===== Data to examine
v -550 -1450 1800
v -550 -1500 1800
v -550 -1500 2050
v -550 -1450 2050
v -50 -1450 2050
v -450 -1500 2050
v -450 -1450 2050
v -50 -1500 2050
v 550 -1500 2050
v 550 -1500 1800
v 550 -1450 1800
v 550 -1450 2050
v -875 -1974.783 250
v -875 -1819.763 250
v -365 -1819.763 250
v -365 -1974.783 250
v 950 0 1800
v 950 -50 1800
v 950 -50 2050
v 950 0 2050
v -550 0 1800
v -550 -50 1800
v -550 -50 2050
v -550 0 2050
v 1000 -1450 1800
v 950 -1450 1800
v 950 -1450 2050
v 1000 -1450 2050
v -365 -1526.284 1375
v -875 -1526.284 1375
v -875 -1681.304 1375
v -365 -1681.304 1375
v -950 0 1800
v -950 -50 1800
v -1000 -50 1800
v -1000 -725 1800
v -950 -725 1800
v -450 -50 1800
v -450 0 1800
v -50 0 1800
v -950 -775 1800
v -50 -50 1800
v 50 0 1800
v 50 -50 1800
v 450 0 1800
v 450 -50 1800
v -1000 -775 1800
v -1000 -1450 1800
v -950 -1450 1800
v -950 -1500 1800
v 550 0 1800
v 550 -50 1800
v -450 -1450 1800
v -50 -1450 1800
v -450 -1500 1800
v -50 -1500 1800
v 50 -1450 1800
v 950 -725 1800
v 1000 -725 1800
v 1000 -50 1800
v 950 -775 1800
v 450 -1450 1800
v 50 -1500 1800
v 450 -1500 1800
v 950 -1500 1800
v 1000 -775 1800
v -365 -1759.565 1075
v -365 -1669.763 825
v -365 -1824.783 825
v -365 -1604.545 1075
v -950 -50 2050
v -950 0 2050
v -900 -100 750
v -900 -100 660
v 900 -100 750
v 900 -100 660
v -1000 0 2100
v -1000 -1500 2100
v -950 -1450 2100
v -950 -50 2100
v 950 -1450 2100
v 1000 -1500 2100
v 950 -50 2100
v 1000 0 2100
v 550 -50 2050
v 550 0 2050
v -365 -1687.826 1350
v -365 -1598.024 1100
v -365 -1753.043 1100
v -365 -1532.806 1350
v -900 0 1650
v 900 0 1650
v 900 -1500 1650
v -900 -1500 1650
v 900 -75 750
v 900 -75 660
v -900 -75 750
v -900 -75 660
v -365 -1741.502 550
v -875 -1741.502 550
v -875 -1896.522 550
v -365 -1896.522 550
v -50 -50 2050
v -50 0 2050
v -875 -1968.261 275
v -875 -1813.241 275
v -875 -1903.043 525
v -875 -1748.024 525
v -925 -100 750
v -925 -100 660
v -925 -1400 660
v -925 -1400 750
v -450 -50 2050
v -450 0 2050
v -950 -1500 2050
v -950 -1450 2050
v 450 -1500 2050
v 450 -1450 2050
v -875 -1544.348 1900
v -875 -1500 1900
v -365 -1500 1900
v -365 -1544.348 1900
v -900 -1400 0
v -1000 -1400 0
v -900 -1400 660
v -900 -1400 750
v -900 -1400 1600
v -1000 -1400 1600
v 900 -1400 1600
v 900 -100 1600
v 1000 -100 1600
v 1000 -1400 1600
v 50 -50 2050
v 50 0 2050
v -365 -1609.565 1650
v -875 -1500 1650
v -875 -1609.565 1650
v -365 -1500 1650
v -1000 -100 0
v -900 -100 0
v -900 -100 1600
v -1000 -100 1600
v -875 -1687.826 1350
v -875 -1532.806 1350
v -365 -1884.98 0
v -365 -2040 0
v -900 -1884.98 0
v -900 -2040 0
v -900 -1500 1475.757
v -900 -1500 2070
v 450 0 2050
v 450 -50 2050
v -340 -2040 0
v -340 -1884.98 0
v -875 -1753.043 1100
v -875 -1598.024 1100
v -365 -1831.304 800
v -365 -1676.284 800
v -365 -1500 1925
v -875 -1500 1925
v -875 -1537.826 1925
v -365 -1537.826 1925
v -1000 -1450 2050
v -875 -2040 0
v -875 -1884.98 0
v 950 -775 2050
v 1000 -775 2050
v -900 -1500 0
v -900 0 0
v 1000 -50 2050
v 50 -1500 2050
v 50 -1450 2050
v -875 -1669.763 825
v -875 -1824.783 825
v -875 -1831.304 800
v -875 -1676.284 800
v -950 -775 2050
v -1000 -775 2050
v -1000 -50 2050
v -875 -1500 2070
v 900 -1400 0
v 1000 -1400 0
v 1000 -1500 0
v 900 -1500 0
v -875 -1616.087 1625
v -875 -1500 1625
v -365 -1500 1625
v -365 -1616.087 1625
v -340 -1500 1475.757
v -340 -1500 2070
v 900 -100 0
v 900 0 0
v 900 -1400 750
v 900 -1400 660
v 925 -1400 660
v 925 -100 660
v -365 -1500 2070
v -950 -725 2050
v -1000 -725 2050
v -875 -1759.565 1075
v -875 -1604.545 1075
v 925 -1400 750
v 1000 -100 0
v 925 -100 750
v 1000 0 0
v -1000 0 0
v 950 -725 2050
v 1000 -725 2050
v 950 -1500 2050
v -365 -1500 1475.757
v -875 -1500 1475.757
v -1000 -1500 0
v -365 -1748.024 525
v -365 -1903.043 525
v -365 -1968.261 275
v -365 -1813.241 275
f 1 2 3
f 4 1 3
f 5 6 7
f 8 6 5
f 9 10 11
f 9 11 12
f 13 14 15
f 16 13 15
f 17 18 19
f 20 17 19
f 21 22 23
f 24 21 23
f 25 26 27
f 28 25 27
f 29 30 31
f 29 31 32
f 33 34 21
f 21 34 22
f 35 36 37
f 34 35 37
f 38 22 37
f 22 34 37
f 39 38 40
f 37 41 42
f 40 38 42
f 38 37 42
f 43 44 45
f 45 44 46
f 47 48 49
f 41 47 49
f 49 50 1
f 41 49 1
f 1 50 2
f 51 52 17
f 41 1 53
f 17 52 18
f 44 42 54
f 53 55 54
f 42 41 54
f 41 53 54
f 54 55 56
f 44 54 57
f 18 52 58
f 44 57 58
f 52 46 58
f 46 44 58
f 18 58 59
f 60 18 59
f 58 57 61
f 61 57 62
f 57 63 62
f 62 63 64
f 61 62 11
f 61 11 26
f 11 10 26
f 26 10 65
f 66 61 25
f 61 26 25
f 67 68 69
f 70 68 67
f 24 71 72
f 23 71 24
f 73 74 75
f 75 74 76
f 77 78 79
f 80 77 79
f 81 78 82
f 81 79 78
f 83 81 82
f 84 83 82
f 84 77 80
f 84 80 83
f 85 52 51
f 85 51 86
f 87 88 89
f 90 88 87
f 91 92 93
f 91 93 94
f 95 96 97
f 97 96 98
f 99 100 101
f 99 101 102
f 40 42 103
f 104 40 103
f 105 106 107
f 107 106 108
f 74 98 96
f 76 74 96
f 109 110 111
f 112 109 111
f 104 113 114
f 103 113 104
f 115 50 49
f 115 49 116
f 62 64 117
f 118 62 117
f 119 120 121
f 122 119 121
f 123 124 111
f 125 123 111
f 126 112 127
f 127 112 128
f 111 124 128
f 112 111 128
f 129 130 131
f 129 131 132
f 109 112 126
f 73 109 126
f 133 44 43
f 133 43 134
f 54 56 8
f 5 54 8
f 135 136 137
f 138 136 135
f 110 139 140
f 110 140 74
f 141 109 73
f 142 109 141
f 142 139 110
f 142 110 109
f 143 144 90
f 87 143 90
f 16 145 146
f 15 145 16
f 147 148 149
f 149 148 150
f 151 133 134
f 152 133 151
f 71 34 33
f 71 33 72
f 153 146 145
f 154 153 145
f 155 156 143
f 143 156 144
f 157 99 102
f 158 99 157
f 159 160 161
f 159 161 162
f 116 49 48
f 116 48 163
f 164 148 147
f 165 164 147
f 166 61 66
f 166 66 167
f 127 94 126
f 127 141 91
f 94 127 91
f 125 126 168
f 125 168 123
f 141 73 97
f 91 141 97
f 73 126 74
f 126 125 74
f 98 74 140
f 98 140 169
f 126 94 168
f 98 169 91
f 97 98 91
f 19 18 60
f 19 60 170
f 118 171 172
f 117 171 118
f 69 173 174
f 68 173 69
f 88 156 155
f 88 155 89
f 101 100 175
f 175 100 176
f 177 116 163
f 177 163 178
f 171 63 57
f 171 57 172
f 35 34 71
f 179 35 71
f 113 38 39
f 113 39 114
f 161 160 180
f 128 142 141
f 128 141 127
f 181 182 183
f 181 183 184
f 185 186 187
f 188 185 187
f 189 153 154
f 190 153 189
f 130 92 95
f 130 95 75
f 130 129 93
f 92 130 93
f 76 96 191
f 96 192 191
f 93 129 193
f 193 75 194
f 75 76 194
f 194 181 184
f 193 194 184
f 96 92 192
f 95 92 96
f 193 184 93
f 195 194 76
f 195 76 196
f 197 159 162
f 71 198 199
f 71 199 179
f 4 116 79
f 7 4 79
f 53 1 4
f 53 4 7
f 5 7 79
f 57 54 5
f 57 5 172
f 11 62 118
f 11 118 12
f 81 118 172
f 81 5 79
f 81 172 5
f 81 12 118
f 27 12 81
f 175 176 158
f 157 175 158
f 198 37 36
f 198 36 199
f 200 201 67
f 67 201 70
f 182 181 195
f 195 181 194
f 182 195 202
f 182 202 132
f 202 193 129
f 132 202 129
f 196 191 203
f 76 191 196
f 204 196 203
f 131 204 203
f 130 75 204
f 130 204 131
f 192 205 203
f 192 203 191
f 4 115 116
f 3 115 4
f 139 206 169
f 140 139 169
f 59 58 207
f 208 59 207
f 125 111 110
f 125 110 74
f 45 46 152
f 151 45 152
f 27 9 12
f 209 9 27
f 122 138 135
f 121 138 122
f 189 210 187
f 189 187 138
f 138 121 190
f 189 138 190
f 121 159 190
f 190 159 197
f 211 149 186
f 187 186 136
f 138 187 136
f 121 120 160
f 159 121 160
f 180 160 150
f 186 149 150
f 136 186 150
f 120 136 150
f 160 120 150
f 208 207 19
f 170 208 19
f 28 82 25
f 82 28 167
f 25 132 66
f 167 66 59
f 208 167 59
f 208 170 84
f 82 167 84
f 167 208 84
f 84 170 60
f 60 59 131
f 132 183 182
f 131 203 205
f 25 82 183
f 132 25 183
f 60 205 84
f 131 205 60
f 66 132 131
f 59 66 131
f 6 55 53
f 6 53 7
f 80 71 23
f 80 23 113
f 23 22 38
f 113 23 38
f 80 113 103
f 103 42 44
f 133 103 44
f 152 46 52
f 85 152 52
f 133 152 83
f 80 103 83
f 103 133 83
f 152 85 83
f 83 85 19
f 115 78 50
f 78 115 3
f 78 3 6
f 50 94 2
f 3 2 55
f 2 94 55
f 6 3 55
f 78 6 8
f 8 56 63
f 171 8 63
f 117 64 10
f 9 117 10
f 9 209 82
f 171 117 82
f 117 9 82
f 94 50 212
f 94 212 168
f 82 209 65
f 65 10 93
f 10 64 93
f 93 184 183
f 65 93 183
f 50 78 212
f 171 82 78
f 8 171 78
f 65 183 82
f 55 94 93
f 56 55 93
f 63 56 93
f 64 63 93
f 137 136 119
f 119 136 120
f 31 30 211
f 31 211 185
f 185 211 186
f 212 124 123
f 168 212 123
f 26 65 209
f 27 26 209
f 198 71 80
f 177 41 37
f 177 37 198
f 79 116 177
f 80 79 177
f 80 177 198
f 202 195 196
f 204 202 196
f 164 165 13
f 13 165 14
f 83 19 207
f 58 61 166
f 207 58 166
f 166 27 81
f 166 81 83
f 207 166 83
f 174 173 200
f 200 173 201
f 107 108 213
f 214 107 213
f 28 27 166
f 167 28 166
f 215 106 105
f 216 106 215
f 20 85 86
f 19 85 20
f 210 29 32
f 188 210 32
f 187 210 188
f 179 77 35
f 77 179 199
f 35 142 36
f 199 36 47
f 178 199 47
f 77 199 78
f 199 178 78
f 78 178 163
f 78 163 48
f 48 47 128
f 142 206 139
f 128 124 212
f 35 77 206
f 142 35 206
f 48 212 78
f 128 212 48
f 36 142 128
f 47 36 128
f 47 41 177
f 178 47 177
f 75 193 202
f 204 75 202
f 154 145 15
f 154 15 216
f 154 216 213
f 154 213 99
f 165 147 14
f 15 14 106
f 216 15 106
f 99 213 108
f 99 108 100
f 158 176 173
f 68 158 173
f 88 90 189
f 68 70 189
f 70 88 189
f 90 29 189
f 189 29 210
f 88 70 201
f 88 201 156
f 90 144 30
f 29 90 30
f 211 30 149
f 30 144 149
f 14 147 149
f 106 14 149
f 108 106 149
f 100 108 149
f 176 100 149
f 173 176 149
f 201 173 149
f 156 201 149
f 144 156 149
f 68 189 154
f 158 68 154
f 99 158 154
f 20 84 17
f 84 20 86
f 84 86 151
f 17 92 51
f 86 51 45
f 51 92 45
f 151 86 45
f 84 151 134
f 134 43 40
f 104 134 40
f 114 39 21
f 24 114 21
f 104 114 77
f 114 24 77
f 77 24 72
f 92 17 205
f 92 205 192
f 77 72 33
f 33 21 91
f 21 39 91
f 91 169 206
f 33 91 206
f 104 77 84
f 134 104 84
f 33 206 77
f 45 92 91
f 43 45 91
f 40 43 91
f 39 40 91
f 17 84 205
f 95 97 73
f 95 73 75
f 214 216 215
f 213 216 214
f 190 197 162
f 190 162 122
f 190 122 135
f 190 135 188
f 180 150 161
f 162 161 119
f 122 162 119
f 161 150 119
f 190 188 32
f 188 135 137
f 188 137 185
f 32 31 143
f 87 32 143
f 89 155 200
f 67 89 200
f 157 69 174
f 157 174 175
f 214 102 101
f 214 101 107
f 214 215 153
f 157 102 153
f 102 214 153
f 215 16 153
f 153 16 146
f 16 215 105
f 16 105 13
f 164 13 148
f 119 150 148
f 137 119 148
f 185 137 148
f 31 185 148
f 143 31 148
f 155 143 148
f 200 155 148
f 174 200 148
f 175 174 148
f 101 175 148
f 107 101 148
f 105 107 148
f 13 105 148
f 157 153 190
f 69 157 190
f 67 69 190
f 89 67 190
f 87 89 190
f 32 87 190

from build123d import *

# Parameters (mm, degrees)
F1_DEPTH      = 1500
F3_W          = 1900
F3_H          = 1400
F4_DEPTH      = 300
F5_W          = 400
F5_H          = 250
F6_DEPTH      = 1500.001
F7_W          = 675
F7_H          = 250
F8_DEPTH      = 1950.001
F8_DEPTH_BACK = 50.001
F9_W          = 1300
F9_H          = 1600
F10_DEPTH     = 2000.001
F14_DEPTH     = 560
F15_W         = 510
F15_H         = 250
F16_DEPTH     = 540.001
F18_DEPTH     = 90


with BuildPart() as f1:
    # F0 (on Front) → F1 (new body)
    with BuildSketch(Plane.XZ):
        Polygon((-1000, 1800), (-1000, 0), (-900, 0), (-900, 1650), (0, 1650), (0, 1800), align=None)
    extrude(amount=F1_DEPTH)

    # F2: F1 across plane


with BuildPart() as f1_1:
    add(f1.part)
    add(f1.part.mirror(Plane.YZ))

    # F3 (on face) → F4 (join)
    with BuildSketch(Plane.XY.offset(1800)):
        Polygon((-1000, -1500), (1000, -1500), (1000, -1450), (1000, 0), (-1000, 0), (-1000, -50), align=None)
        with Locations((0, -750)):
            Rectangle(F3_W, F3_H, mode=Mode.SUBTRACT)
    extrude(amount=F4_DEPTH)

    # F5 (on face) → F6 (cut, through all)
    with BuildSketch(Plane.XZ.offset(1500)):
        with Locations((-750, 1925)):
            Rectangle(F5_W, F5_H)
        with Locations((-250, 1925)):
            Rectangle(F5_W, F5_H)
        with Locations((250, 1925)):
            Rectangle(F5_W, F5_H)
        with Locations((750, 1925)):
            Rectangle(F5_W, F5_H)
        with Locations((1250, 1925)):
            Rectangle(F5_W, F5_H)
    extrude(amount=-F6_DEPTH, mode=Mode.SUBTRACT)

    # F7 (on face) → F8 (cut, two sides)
==========
===== Data to examine
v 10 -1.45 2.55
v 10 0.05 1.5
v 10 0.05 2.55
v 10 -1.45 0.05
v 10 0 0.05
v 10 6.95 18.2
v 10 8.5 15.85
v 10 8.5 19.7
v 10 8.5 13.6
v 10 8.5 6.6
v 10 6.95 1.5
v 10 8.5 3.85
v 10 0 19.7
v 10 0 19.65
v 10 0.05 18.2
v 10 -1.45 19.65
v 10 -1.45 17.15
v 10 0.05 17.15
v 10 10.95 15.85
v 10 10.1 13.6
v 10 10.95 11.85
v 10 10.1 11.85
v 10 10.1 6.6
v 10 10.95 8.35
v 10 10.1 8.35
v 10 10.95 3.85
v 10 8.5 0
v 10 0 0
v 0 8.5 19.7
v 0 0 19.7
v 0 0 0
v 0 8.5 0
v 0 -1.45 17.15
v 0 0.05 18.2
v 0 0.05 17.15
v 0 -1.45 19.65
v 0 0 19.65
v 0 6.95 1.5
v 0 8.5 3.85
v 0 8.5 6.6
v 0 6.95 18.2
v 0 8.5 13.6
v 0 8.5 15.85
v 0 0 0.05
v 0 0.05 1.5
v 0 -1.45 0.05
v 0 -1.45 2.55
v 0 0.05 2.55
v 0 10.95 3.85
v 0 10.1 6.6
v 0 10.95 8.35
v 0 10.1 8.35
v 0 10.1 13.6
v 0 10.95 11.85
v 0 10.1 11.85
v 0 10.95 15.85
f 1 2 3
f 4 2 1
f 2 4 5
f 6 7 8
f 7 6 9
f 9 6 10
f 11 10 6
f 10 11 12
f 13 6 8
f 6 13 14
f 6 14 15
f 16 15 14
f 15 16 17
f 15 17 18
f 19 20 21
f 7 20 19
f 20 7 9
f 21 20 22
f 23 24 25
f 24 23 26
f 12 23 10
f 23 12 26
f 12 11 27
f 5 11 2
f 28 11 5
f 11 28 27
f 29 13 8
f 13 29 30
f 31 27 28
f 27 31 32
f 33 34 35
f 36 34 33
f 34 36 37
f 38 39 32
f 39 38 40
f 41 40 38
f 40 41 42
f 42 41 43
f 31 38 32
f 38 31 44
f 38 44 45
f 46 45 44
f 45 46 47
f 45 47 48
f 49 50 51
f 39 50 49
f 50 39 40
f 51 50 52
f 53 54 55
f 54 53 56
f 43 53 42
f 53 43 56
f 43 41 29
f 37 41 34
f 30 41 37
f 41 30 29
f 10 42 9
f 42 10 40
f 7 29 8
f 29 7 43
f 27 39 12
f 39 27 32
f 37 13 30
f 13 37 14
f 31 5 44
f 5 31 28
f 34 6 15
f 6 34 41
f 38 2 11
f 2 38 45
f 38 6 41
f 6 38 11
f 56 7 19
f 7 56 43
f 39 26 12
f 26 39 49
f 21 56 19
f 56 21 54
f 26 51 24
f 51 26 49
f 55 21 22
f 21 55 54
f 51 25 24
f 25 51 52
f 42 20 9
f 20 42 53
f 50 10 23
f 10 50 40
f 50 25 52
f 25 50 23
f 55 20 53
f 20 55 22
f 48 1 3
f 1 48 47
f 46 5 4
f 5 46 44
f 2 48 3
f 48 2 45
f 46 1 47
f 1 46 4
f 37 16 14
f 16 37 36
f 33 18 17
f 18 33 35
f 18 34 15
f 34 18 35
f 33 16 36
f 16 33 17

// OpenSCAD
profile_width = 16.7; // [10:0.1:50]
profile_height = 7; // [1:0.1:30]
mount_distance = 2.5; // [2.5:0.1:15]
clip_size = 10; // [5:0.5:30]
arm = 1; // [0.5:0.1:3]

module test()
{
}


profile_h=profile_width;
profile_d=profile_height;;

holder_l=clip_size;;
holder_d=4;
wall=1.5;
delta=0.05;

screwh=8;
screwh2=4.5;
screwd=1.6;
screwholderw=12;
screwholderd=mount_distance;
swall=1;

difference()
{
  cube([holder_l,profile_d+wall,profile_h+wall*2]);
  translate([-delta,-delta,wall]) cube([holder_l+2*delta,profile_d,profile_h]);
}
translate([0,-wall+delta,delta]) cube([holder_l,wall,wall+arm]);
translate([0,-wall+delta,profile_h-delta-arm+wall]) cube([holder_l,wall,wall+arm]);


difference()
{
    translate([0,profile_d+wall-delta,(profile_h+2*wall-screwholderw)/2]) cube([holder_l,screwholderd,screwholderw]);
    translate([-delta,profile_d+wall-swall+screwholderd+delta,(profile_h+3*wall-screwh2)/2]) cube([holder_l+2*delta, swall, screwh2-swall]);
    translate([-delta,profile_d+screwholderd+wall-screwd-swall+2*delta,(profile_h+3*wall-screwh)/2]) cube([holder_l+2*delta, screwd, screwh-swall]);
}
==========
● **Work item**: Only one part of the material above is to be transcribed, namely the lines starting with the line that has "f 166 61 66" and going on through the line that has "f 88 155 89", exactly as they stand.

● **Result of this exercise**:
f 166 61 66
f 166 66 167
f 127 94 126
f 127 141 91
f 94 127 91
f 125 126 168
f 125 168 123
f 141 73 97
f 91 141 97
f 73 126 74
f 126 125 74
f 98 74 140
f 98 140 169
f 126 94 168
f 98 169 91
f 97 98 91
f 19 18 60
f 19 60 170
f 118 171 172
f 117 171 118
f 69 173 174
f 68 173 69
f 88 156 155
f 88 155 89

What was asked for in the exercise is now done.